# [EXERCISE]
Output range, inclusive: from the line containing "face PLANE(AX(P(8.1788,0,0),D(1,0,0),D(0,0,-1))) rev [-e45" to the line containing "# FreeCAD 1.0 macro for this part". Restate those lines from the data below word for word and only those.

Data extracted from a collection:

------------------------------------

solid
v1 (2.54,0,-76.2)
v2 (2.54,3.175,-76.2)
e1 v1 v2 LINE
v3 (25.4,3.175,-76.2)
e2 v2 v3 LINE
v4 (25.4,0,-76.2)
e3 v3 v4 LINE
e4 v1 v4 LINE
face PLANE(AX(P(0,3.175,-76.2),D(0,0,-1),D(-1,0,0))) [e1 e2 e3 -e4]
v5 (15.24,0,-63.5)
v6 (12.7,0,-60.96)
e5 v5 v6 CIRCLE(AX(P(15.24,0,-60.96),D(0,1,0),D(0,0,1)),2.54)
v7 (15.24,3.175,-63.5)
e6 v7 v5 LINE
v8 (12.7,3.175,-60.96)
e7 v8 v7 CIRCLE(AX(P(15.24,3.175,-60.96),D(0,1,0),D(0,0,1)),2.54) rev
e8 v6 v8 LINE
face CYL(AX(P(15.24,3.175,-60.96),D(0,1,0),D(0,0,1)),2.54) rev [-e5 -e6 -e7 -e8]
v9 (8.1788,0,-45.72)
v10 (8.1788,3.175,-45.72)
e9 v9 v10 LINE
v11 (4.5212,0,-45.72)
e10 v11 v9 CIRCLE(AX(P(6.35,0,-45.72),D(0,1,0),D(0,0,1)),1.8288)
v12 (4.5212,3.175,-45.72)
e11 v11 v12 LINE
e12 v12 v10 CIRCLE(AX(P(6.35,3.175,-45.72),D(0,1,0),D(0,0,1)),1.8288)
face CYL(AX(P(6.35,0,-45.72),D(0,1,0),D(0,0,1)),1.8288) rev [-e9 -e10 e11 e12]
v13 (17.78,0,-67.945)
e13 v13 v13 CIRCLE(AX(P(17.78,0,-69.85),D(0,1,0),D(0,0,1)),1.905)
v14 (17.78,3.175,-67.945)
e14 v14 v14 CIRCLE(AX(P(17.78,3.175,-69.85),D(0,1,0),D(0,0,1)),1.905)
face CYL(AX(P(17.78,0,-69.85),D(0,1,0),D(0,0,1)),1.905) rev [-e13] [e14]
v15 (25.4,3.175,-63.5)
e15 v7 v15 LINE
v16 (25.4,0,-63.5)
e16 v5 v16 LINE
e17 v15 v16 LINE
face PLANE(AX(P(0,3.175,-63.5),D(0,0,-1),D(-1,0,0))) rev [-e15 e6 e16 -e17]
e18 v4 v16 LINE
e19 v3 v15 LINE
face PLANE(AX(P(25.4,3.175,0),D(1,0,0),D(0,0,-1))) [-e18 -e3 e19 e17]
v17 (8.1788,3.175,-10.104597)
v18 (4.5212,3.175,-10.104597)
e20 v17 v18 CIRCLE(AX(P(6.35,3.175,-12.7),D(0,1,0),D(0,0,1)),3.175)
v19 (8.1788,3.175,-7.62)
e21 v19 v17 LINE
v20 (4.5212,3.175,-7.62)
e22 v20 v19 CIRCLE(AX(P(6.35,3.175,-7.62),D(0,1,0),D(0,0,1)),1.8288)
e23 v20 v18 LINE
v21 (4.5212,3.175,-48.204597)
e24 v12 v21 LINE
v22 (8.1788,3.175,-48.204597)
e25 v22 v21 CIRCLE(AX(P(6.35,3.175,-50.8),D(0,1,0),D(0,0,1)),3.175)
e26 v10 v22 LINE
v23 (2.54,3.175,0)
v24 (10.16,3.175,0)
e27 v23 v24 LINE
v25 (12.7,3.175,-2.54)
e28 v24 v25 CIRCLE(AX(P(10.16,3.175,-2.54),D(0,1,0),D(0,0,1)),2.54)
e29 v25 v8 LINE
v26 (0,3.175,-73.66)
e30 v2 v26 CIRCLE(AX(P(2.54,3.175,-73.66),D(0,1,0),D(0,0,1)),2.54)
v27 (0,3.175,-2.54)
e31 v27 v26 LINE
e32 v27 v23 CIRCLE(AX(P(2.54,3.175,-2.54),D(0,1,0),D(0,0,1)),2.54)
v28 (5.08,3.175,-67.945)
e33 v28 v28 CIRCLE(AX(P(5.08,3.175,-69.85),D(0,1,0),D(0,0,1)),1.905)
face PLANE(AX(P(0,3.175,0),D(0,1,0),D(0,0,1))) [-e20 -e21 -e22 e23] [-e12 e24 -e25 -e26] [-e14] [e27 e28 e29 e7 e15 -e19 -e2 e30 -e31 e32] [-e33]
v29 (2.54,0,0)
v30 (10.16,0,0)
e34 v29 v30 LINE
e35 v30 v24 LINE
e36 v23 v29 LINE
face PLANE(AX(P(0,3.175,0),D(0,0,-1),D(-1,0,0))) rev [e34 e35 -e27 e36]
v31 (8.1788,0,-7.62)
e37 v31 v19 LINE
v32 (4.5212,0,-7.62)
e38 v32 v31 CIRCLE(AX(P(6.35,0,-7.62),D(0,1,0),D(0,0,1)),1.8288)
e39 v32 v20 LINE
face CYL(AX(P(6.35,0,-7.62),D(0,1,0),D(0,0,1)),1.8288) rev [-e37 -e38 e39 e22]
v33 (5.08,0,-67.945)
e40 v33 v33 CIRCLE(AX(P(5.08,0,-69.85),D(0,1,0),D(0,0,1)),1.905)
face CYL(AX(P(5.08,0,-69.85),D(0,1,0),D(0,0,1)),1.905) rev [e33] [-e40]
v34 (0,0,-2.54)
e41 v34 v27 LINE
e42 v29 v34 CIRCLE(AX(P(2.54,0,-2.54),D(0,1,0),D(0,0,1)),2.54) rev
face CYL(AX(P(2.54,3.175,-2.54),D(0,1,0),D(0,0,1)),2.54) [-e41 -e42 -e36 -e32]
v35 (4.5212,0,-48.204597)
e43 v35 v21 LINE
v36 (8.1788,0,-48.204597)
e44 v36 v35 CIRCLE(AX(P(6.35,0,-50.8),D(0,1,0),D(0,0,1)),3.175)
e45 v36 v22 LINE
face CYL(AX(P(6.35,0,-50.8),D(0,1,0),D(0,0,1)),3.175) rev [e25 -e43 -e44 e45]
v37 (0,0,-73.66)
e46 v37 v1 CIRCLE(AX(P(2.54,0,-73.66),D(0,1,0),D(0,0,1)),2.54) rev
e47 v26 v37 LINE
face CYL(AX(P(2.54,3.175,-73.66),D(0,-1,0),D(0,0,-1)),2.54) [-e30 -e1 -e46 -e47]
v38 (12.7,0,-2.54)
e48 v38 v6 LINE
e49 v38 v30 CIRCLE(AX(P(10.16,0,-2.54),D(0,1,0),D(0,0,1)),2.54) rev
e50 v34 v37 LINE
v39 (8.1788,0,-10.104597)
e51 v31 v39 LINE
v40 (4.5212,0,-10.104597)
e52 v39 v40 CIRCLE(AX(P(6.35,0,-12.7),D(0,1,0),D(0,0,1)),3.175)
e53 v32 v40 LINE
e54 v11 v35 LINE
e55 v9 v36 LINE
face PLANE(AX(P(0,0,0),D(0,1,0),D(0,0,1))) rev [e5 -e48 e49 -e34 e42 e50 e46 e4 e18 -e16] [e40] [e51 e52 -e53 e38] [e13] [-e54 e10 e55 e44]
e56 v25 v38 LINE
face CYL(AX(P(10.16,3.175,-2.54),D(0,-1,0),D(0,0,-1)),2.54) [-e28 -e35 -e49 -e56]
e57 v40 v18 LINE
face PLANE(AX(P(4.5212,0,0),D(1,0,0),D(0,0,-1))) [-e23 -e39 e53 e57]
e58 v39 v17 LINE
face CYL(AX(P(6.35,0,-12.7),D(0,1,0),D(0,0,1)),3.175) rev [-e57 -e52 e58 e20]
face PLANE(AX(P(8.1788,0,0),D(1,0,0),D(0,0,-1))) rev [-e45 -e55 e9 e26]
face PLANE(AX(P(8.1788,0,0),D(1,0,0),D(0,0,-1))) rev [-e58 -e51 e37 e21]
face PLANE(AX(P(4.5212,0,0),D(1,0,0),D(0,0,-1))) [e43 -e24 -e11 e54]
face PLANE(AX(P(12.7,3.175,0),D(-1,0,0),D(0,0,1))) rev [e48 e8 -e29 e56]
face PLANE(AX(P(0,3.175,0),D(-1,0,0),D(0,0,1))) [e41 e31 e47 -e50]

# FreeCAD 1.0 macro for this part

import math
import FreeCAD as App
import Part
import Sketcher
from FreeCAD import Vector
Q = App.Units.Quantity


def edges_at(feature, points):
    """Names of the edges that pass closest to the given points."""
    edges = feature.Shape.Edges
    near = lambda p: min(range(len(edges)), key=lambda i: edges[i].distToShape(Part.Vertex(*p))[0])
    return sorted({f"Edge{near(p) + 1}" for p in points})

doc = App.newDocument("Part")
body = doc.addObject("PartDesign::Body", "Body")

sketch1 = body.newObject("Sketcher::SketchObject", "Sketch")
sketch1.AttachmentSupport = (doc.getObject("XZ_Plane"), [""])
sketch1.MapMode = "FlatFace"
sketch1.addGeometry(Part.LineSegment(Vector(0, -76, 0), Vector(0, 0, 0)), False)
sketch1.addGeometry(Part.LineSegment(Vector(0, 0, 0), Vector(13, 0, 0)), False)
sketch1.addGeometry(Part.LineSegment(Vector(13, 0, 0), Vector(13, -64, 0)), False)
sketch1.addGeometry(Part.LineSegment(Vector(13, -64, 0), Vector(25, -64, 0)), False)
sketch1.addGeometry(Part.LineSegment(Vector(25, -64, 0), Vector(25, -76, 0)), False)
sketch1.addGeometry(Part.LineSegment(Vector(25, -76, 0), Vector(0, -76, 0)), False)
sketch1.addConstraint(Sketcher.Constraint("Coincident", 0, 2, 1, 1))
sketch1.addConstraint(Sketcher.Constraint("Coincident", 1, 2, 2, 1))
sketch1.addConstraint(Sketcher.Constraint("Coincident", 2, 2, 3, 1))
sketch1.addConstraint(Sketcher.Constraint("Coincident", 3, 2, 4, 1))
sketch1.addConstraint(Sketcher.Constraint("Coincident", 4, 2, 5, 1))
sketch1.addConstraint(Sketcher.Constraint("Coincident", 5, 2, 0, 1))
sketch1.addConstraint(Sketcher.Constraint("Vertical", 0))
sketch1.addConstraint(Sketcher.Constraint("Horizontal", 1))
sketch1.addConstraint(Sketcher.Constraint("Vertical", 2))
sketch1.addConstraint(Sketcher.Constraint("Horizontal", 3))
sketch1.addConstraint(Sketcher.Constraint("Vertical", 4))
sketch1.addConstraint(Sketcher.Constraint("Horizontal", 5))
sketch1.addConstraint(Sketcher.Constraint("Coincident", 0, 2, -1, 1))
sketch1.addConstraint(Sketcher.Constraint("Equal", 1, 3))
sketch1.addConstraint(Sketcher.Constraint("Equal", 3, 4))
sketch1.addConstraint(Sketcher.Constraint("DistanceX", 5, 2, 5, 1, Q("1 in")))
sketch1.addConstraint(Sketcher.Constraint("DistanceY", 0, 1, 0, 2, Q("3 in")))
pad1 = body.newObject("PartDesign::Pad", "Pad")
pad1.Profile = sketch1
pad1.Length = Q("0.125 in")
pad1.Reversed = True

sketch2 = body.newObject("Sketcher::SketchObject", "Sketch001")
sketch2.AttachmentSupport = (doc.getObject("XZ_Plane"), [""])
sketch2.MapMode = "FlatFace"
sketch2.AttachmentOffset = App.Placement(Vector(0, 0, -0.125 * 25.4), App.Rotation())
sketch2.addGeometry(Part.LineSegment(Vector(4.5, -48.2, 0), Vector(4.5, -45.7, 0)), False)
sketch2.addGeometry(Part.ArcOfCircle(Part.Circle(Vector(6.3, -45.7, 0), Vector(0, 0, 1), 1.8), math.radians(0), math.radians(180)), False)
sketch2.addGeometry(Part.LineSegment(Vector(8.2, -45.7, 0), Vector(8.2, -48.2, 0)), False)
sketch2.addGeometry(Part.ArcOfCircle(Part.Circle(Vector(6.3, -50.8, 0), Vector(0, 0, 1), 3.2), math.radians(125), math.radians(415)), False)
sketch2.addGeometry(Part.LineSegment(Vector(4.5, -10.1, 0), Vector(4.5, -7.6, 0)), False)
sketch2.addGeometry(Part.ArcOfCircle(Part.Circle(Vector(6.3, -7.6, 0), Vector(0, 0, 1), 1.8), math.radians(0), math.radians(180)), False)
sketch2.addGeometry(Part.LineSegment(Vector(8.2, -7.6, 0), Vector(8.2, -10.1, 0)), False)
sketch2.addGeometry(Part.ArcOfCircle(Part.Circle(Vector(6.3, -12.7, 0), Vector(0, 0, 1), 3.2), math.radians(125), math.radians(415)), False)
sketch2.addGeometry(Part.Circle(Vector(17.8, -69.8, 0), Vector(0, 0, 1), 1.9), False)
sketch2.addGeometry(Part.Circle(Vector(5.1, -69.8, 0), Vector(0, 0, 1), 1.9), False)
sketch2.addConstraint(Sketcher.Constraint("Tangent", 0, 2, 1, 2))
sketch2.addConstraint(Sketcher.Constraint("Tangent", 1, 1, 2, 1))
sketch2.addConstraint(Sketcher.Constraint("Coincident", 2, 2, 3, 2))
sketch2.addConstraint(Sketcher.Constraint("Coincident", 3, 1, 0, 1))
sketch2.addConstraint(Sketcher.Constraint("Tangent", 4, 2, 5, 2))
sketch2.addConstraint(Sketcher.Constraint("Tangent", 5, 1, 6, 1))
sketch2.addConstraint(Sketcher.Constraint("Coincident", 6, 2, 7, 2))
sketch2.addConstraint(Sketcher.Constraint("Coincident", 7, 1, 4, 1))
sketch2.addConstraint(Sketcher.Constraint("Vertical", 0))
sketch2.addConstraint(Sketcher.Constraint("Vertical", 2))
sketch2.addConstraint(Sketcher.Constraint("Vertical", 4))
sketch2.addConstraint(Sketcher.Constraint("Vertical", 6))
sketch2.addConstraint(Sketcher.Constraint("Equal", 1, 5))
sketch2.addConstraint(Sketcher.Constraint("Equal", 3, 7))
sketch2.addConstraint(Sketcher.Constraint("Equal", 8, 9))
sketch2.addConstraint(Sketcher.Constraint("Horizontal", 8, 3, 9, 3))
sketch2.addConstraint(Sketcher.Constraint("Horizontal", 2, 2, 3, 1))
sketch2.addConstraint(Sketcher.Constraint("Horizontal", 6, 2, 7, 1))
sketch2.addConstraint(Sketcher.Constraint("Vertical", 3, 3, 5, 3))
sketch2.addConstraint(Sketcher.Constraint("Equal", 2, 4))
sketch2.addConstraint(Sketcher.Constraint("Diameter", 8, Q("0.15 in")))
sketch2.addConstraint(Sketcher.Constraint("DistanceY", 3, 3, -1, 1, Q("2 in")))
sketch2.addConstraint(Sketcher.Constraint("Radius", 1, Q("0.072 in")))
sketch2.addConstraint(Sketcher.Constraint("Radius", 3, Q("0.125 in")))
sketch2.addConstraint(Sketcher.Constraint("DistanceY", 1, 3, -1, 1, Q("1.8 in")))
sketch2.addConstraint(Sketcher.Constraint("DistanceY", 5, 3, -1, 1, Q("0.3 in")))
sketch2.addConstraint(Sketcher.Constraint("DistanceX", -1, 1, 8, 3, Q("0.7 in")))
sketch2.addConstraint(Sketcher.Constraint("DistanceX", -1, 1, 9, 3, Q("0.2 in")))
sketch2.addConstraint(Sketcher.Constraint("DistanceX", -1, 1, 1, 3, Q("0.25 in")))
sketch2.addConstraint(Sketcher.Constraint("DistanceY", 8, 3, -1, 1, Q("2.75 in")))
pocket1 = body.newObject("PartDesign::Pocket", "Pocket")
pocket1.Profile = sketch2
pocket1.Length = Q("0.125 in")
pocket1.Reversed = True
doc.recompute()

fillet = body.newObject("PartDesign::Fillet", "Fillet")
fillet.Base = (pocket1, edges_at(pocket1, [
    (12.7, 1.587, -63.5),
    (12.7, 1.587, 0),
    (0, 1.587, 0),
    (0, 1.587, -76.2),
]))
fillet.Radius = Q("0.1 in")

doc.recompute()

------------------------------------

# [RESPONSE TO THE TASK]
face PLANE(AX(P(8.1788,0,0),D(1,0,0),D(0,0,-1))) rev [-e45 -e55 e9 e26]
face PLANE(AX(P(8.1788,0,0),D(1,0,0),D(0,0,-1))) rev [-e58 -e51 e37 e21]
face PLANE(AX(P(4.5212,0,0),D(1,0,0),D(0,0,-1))) [e43 -e24 -e11 e54]
face PLANE(AX(P(12.7,3.175,0),D(-1,0,0),D(0,0,1))) rev [e48 e8 -e29 e56]
face PLANE(AX(P(0,3.175,0),D(-1,0,0),D(0,0,1))) [e41 e31 e47 -e50]

# FreeCAD 1.0 macro for this part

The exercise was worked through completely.